● Data to examine
>>>

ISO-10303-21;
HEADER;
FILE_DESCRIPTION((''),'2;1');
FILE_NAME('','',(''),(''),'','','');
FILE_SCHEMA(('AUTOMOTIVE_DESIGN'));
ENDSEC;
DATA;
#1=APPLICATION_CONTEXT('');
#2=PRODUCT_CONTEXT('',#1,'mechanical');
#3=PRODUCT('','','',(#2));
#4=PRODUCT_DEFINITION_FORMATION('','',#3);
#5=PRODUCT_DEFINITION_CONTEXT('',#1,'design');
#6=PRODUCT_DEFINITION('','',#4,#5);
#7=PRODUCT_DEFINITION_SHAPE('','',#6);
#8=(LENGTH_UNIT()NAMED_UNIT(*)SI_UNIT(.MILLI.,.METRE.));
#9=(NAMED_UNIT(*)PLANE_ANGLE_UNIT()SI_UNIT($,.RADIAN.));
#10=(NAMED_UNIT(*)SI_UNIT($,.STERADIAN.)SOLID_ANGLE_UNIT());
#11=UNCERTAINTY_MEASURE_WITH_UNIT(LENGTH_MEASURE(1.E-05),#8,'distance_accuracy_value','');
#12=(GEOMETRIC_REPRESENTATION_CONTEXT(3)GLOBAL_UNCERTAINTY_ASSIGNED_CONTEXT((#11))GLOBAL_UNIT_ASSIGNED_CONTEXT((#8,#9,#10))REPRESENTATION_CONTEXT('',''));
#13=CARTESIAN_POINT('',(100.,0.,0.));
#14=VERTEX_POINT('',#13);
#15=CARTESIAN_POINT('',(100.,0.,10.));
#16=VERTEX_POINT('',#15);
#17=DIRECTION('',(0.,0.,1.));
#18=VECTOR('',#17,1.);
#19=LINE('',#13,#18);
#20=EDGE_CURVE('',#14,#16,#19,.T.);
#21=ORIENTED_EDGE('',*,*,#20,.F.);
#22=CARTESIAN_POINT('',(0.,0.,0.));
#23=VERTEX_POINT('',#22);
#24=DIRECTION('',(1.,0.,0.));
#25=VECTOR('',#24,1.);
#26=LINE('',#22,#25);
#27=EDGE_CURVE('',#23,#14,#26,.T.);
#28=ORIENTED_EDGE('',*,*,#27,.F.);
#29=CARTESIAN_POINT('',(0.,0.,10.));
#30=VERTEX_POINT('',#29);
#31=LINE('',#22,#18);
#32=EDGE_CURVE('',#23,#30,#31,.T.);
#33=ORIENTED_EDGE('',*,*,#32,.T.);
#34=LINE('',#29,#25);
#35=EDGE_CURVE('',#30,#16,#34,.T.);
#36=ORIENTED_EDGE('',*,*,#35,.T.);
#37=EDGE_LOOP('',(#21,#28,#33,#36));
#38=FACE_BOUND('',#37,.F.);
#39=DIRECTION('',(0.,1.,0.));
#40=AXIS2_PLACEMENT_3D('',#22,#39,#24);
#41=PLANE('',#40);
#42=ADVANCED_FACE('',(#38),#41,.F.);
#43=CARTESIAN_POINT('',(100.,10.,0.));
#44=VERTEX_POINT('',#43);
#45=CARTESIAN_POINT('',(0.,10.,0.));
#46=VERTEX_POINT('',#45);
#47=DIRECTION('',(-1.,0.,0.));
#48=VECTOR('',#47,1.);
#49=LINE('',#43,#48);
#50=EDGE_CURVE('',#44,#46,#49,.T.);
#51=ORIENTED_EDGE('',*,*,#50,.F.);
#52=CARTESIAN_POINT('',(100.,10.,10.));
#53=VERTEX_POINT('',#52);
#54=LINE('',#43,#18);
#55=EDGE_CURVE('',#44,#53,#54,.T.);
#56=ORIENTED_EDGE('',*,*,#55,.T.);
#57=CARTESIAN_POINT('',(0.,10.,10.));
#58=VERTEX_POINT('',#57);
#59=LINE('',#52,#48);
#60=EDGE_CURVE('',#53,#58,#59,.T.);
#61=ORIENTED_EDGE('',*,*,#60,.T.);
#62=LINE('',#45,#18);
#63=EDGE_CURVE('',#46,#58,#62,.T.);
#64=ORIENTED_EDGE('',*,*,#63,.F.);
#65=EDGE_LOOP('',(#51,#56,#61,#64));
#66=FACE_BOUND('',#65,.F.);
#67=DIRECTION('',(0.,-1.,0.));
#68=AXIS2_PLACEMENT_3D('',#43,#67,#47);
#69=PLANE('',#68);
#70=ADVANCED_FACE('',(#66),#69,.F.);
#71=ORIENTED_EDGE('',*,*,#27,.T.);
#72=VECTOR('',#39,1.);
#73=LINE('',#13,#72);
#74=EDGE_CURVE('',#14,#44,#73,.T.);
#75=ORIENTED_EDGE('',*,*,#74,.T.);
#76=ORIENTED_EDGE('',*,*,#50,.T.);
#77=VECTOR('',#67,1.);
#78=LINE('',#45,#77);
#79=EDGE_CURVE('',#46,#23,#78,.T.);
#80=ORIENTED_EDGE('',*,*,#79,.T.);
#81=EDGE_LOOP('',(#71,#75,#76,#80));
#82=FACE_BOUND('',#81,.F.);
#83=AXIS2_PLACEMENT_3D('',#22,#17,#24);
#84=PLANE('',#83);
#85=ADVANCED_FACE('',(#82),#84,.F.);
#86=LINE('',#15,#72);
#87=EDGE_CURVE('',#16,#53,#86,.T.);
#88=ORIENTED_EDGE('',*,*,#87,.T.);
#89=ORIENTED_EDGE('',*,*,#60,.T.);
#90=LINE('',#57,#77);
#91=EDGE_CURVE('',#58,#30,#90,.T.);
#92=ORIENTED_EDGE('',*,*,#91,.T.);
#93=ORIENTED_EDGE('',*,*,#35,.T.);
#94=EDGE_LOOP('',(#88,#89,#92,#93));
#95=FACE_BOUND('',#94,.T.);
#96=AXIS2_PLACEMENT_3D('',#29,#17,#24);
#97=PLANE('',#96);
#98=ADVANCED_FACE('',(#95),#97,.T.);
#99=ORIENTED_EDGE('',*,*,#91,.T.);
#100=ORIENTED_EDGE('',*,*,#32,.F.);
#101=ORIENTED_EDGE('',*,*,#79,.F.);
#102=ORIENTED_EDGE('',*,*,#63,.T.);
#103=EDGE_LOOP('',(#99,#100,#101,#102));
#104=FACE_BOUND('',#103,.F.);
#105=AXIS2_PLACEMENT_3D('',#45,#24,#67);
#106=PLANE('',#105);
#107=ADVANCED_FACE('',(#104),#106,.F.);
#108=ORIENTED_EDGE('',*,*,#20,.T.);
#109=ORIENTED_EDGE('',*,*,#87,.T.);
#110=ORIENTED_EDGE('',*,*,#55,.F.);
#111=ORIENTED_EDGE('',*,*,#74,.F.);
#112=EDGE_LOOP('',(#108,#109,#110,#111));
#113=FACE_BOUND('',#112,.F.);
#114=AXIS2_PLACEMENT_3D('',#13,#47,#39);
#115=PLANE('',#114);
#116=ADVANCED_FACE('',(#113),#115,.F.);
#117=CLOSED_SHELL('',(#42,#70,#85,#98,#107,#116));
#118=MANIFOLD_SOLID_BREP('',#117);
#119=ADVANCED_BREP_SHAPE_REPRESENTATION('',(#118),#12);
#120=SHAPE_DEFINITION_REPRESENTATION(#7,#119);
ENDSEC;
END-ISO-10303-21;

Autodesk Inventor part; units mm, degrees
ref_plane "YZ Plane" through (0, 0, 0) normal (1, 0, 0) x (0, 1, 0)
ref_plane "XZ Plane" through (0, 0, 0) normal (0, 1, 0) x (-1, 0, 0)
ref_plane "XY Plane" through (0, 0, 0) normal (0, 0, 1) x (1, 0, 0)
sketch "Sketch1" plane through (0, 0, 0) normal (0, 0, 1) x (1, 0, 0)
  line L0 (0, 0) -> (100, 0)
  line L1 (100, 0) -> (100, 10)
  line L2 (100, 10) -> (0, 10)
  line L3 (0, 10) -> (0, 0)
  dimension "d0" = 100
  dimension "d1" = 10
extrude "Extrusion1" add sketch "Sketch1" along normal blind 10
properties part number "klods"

<<<

● How to complete this task
Set down exactly the lines above, from the one containing "#109=ORIENTED_EDGE('',*,*,#87,.T.);" to the final line of the material, with both ends kept and no other lines.

● Written answer
#109=ORIENTED_EDGE('',*,*,#87,.T.);
#110=ORIENTED_EDGE('',*,*,#55,.F.);
#111=ORIENTED_EDGE('',*,*,#74,.F.);
#112=EDGE_LOOP('',(#108,#109,#110,#111));
#113=FACE_BOUND('',#112,.F.);
#114=AXIS2_PLACEMENT_3D('',#13,#47,#39);
#115=PLANE('',#114);
#116=ADVANCED_FACE('',(#113),#115,.F.);
#117=CLOSED_SHELL('',(#42,#70,#85,#98,#107,#116));
#118=MANIFOLD_SOLID_BREP('',#117);
#119=ADVANCED_BREP_SHAPE_REPRESENTATION('',(#118),#12);
#120=SHAPE_DEFINITION_REPRESENTATION(#7,#119);
ENDSEC;
END-ISO-10303-21;

Autodesk Inventor part; units mm, degrees
ref_plane "YZ Plane" through (0, 0, 0) normal (1, 0, 0) x (0, 1, 0)
ref_plane "XZ Plane" through (0, 0, 0) normal (0, 1, 0) x (-1, 0, 0)
ref_plane "XY Plane" through (0, 0, 0) normal (0, 0, 1) x (1, 0, 0)
sketch "Sketch1" plane through (0, 0, 0) normal (0, 0, 1) x (1, 0, 0)
  line L0 (0, 0) -> (100, 0)
  line L1 (100, 0) -> (100, 10)
  line L2 (100, 10) -> (0, 10)
  line L3 (0, 10) -> (0, 0)
  dimension "d0" = 100
  dimension "d1" = 10
extrude "Extrusion1" add sketch "Sketch1" along normal blind 10
properties part number "klods"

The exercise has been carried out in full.